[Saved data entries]
-=-=-=-=-

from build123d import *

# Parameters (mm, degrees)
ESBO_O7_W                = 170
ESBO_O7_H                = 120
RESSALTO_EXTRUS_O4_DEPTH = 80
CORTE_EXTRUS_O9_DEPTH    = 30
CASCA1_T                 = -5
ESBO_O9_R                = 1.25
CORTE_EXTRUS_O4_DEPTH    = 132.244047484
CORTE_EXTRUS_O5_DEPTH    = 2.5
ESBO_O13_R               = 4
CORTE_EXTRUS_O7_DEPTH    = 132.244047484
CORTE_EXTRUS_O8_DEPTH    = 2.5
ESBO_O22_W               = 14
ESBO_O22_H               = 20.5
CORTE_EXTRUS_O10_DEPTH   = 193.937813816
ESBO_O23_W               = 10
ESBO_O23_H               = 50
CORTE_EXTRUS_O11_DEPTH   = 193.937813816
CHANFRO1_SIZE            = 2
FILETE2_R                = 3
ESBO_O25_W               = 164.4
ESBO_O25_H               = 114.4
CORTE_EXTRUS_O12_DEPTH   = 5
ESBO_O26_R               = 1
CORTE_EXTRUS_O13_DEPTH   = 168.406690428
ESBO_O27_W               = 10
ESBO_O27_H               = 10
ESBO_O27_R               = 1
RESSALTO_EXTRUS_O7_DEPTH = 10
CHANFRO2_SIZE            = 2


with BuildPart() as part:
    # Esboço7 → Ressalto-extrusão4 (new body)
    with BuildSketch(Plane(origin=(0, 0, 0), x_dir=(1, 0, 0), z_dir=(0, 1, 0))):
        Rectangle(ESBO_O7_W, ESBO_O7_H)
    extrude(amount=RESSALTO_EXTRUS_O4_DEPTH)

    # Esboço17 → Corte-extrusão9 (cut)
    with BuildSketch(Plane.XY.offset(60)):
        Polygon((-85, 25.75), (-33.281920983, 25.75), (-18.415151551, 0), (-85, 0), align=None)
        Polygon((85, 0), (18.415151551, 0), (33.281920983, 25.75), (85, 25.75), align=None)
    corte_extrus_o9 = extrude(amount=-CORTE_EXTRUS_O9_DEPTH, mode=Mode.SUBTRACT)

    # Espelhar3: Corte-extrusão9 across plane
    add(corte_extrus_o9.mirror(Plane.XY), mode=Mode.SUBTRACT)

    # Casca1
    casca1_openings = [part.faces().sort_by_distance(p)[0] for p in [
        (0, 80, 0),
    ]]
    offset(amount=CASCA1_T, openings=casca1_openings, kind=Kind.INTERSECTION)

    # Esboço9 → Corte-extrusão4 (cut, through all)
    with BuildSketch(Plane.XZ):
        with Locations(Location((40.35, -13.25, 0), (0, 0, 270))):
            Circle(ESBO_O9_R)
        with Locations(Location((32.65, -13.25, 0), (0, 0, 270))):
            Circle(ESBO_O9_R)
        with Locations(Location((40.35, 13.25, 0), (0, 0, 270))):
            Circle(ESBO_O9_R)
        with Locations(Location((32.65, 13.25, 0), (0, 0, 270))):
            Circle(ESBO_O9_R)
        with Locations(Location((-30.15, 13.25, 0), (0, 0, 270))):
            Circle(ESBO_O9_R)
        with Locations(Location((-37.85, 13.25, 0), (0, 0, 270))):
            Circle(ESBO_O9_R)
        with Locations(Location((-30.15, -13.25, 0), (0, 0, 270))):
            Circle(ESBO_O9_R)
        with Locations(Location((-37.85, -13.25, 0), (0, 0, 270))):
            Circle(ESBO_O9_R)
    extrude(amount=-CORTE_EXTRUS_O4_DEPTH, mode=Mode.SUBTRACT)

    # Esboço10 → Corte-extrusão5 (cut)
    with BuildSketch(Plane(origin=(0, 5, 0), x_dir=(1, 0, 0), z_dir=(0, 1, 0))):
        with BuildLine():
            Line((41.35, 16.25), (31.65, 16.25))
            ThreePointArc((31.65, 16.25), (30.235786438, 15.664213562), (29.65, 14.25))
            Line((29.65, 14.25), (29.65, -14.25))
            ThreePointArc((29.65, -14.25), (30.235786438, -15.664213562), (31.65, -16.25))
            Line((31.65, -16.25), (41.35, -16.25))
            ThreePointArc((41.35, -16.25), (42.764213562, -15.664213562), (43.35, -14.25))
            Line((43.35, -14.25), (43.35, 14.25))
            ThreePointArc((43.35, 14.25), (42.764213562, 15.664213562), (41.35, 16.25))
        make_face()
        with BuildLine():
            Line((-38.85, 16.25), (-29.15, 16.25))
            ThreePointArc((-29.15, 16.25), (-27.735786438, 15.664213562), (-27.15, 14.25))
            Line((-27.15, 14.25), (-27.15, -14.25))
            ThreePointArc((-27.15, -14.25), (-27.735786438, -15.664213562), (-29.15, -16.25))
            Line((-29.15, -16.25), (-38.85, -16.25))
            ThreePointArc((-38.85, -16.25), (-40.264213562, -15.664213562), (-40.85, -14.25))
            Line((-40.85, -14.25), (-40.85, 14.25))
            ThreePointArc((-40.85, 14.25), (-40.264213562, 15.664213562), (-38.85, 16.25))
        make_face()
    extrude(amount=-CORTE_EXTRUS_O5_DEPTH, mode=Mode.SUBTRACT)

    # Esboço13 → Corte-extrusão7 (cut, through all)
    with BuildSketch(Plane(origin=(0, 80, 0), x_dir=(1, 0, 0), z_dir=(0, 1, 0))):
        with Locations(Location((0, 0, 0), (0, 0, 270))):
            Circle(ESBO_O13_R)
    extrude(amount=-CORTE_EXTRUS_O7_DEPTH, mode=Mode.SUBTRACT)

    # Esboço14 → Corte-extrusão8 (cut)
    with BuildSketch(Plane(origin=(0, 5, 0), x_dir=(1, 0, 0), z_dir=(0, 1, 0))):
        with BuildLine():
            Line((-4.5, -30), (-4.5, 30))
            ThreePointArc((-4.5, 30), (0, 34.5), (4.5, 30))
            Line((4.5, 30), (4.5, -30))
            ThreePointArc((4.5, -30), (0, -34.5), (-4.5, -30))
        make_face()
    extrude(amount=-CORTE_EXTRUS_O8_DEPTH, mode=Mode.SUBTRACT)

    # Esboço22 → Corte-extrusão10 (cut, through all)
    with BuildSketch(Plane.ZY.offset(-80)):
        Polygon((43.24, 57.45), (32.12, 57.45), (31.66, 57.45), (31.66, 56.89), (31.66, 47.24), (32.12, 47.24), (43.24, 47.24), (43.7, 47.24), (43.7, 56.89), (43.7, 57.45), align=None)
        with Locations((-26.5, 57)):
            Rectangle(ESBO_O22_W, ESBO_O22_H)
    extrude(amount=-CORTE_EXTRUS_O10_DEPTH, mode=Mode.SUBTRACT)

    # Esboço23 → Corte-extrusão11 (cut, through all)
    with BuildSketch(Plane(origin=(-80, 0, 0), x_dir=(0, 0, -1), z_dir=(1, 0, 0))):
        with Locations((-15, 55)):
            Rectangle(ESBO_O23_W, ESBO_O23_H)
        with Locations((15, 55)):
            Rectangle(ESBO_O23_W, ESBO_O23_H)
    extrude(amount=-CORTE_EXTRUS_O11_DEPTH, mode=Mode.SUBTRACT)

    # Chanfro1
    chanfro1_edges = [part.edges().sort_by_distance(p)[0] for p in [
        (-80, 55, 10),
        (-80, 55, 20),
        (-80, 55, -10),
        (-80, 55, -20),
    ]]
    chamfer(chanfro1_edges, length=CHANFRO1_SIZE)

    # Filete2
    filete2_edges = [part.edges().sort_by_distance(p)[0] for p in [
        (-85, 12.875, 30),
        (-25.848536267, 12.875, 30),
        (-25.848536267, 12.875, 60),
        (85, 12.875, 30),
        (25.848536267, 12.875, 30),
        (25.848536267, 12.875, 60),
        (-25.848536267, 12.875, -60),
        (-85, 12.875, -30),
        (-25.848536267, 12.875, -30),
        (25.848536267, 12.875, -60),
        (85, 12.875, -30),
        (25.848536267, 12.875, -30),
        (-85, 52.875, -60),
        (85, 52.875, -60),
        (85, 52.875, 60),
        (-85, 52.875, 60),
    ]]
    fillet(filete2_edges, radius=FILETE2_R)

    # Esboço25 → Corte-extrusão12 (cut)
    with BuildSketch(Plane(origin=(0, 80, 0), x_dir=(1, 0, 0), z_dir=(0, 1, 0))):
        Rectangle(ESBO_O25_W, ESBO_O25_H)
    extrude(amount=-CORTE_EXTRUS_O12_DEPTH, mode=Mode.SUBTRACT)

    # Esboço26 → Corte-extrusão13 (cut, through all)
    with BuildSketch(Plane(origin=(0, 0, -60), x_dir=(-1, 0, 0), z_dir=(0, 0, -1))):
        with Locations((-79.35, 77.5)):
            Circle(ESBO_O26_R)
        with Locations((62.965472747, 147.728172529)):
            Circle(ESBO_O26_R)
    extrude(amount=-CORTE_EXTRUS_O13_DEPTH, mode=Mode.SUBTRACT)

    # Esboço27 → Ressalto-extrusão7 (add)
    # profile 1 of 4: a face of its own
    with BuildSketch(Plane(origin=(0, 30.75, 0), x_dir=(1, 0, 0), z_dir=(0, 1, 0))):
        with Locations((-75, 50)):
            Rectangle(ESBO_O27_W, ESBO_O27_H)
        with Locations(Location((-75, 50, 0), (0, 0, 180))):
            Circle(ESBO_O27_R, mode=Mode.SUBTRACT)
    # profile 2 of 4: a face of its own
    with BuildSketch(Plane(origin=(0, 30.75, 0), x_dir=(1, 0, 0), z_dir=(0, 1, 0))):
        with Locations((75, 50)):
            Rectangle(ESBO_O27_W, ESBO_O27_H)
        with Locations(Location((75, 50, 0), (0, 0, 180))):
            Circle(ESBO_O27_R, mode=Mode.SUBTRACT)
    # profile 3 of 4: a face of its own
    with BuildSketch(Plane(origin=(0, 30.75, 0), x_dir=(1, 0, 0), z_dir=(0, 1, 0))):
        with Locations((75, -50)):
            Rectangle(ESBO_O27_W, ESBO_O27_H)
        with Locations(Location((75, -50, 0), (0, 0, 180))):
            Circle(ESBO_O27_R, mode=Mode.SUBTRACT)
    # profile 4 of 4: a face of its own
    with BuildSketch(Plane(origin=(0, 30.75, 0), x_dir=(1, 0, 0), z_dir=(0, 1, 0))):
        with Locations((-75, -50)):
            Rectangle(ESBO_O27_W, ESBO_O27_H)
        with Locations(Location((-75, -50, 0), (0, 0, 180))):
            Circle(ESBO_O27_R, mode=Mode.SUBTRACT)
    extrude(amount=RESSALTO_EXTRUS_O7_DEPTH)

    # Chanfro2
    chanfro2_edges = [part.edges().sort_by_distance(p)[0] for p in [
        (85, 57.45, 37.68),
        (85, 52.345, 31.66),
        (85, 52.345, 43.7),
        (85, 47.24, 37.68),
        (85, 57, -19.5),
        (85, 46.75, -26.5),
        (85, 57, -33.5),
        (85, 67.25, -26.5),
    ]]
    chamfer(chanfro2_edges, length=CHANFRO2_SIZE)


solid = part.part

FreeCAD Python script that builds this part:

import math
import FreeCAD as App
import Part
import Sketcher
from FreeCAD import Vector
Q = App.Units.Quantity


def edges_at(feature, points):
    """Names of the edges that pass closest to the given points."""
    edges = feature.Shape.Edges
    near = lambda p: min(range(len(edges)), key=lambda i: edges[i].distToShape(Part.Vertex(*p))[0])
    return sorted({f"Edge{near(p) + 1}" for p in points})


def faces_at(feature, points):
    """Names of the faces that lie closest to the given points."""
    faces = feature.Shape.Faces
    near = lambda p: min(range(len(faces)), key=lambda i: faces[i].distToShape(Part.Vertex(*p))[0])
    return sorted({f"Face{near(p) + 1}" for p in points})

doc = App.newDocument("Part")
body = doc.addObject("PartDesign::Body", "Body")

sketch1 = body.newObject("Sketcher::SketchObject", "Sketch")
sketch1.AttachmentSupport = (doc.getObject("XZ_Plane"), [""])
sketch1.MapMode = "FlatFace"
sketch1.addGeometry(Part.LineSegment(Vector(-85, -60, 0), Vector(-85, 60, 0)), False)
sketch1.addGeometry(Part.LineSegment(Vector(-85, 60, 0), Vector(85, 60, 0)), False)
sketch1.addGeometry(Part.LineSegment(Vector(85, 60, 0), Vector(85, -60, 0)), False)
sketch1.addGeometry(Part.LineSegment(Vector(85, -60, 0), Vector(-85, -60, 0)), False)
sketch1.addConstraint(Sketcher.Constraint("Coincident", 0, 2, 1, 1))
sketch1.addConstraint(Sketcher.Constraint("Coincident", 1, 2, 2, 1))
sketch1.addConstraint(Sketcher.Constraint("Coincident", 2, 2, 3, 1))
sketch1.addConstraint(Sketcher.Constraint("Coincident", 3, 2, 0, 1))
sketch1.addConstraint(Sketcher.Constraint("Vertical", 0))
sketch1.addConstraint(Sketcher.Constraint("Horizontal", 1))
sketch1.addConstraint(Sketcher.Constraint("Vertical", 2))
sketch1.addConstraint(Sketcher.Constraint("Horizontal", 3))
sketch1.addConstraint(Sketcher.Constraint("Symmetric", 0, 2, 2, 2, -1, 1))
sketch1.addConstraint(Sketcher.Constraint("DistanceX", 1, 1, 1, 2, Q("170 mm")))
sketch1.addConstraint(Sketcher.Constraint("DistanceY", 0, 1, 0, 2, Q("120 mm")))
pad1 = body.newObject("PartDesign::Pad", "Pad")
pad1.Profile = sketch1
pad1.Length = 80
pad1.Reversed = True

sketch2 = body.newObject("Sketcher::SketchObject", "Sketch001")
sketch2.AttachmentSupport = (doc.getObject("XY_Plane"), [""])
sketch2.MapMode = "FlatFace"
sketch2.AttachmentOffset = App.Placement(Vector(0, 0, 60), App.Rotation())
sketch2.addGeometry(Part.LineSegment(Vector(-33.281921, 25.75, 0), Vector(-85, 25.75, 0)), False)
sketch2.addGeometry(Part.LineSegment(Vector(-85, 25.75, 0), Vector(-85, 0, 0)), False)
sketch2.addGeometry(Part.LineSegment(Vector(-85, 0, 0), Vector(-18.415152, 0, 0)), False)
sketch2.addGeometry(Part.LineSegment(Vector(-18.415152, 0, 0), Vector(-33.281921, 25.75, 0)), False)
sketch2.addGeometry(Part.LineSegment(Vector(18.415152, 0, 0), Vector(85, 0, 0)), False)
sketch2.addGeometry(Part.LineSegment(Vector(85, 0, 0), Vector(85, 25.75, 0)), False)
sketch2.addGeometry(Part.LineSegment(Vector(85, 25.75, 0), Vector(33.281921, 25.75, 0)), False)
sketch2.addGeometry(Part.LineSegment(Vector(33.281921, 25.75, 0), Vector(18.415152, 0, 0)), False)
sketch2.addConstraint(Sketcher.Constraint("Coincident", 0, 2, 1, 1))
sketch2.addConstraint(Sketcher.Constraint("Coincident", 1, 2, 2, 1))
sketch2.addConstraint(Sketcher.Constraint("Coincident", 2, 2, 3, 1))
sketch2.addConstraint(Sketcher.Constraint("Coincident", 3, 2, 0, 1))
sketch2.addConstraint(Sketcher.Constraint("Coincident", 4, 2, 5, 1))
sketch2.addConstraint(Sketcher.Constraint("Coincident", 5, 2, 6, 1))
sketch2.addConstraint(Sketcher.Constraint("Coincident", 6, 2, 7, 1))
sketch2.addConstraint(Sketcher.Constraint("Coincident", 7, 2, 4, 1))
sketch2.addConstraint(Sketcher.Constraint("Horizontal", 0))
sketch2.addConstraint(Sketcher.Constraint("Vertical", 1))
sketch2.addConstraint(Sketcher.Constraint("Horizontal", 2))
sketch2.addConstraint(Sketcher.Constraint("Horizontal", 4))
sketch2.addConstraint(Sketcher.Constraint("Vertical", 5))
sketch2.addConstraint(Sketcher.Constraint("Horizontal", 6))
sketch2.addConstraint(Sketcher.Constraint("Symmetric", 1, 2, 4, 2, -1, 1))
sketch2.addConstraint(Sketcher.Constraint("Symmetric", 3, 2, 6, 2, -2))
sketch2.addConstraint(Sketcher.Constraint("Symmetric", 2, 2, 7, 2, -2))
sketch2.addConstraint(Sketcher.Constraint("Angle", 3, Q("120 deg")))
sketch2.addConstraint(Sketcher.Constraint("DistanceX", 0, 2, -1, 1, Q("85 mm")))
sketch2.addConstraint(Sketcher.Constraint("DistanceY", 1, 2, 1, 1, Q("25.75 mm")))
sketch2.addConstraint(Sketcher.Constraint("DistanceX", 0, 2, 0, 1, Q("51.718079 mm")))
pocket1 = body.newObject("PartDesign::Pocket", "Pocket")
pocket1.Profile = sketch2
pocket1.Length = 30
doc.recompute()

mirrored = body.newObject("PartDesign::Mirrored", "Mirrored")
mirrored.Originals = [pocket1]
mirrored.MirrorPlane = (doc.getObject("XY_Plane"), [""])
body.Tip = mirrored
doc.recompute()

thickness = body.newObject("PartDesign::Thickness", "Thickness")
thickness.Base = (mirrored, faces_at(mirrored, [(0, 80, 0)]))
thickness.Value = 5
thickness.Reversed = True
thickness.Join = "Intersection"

-=-=-=-=-

■ **What you are asked to do**:
Output the lines of the records above exactly as they appear, from the line containing "chanfro2_edges = [part.edges().sort_by_distance(p)[0]" through the line containing "FreeCAD Python script".

■ **Task answer**:
    chanfro2_edges = [part.edges().sort_by_distance(p)[0] for p in [
        (85, 57.45, 37.68),
        (85, 52.345, 31.66),
        (85, 52.345, 43.7),
        (85, 47.24, 37.68),
        (85, 57, -19.5),
        (85, 46.75, -26.5),
        (85, 57, -33.5),
        (85, 67.25, -26.5),
    ]]
    chamfer(chanfro2_edges, length=CHANFRO2_SIZE)


solid = part.part

FreeCAD Python script that builds this part:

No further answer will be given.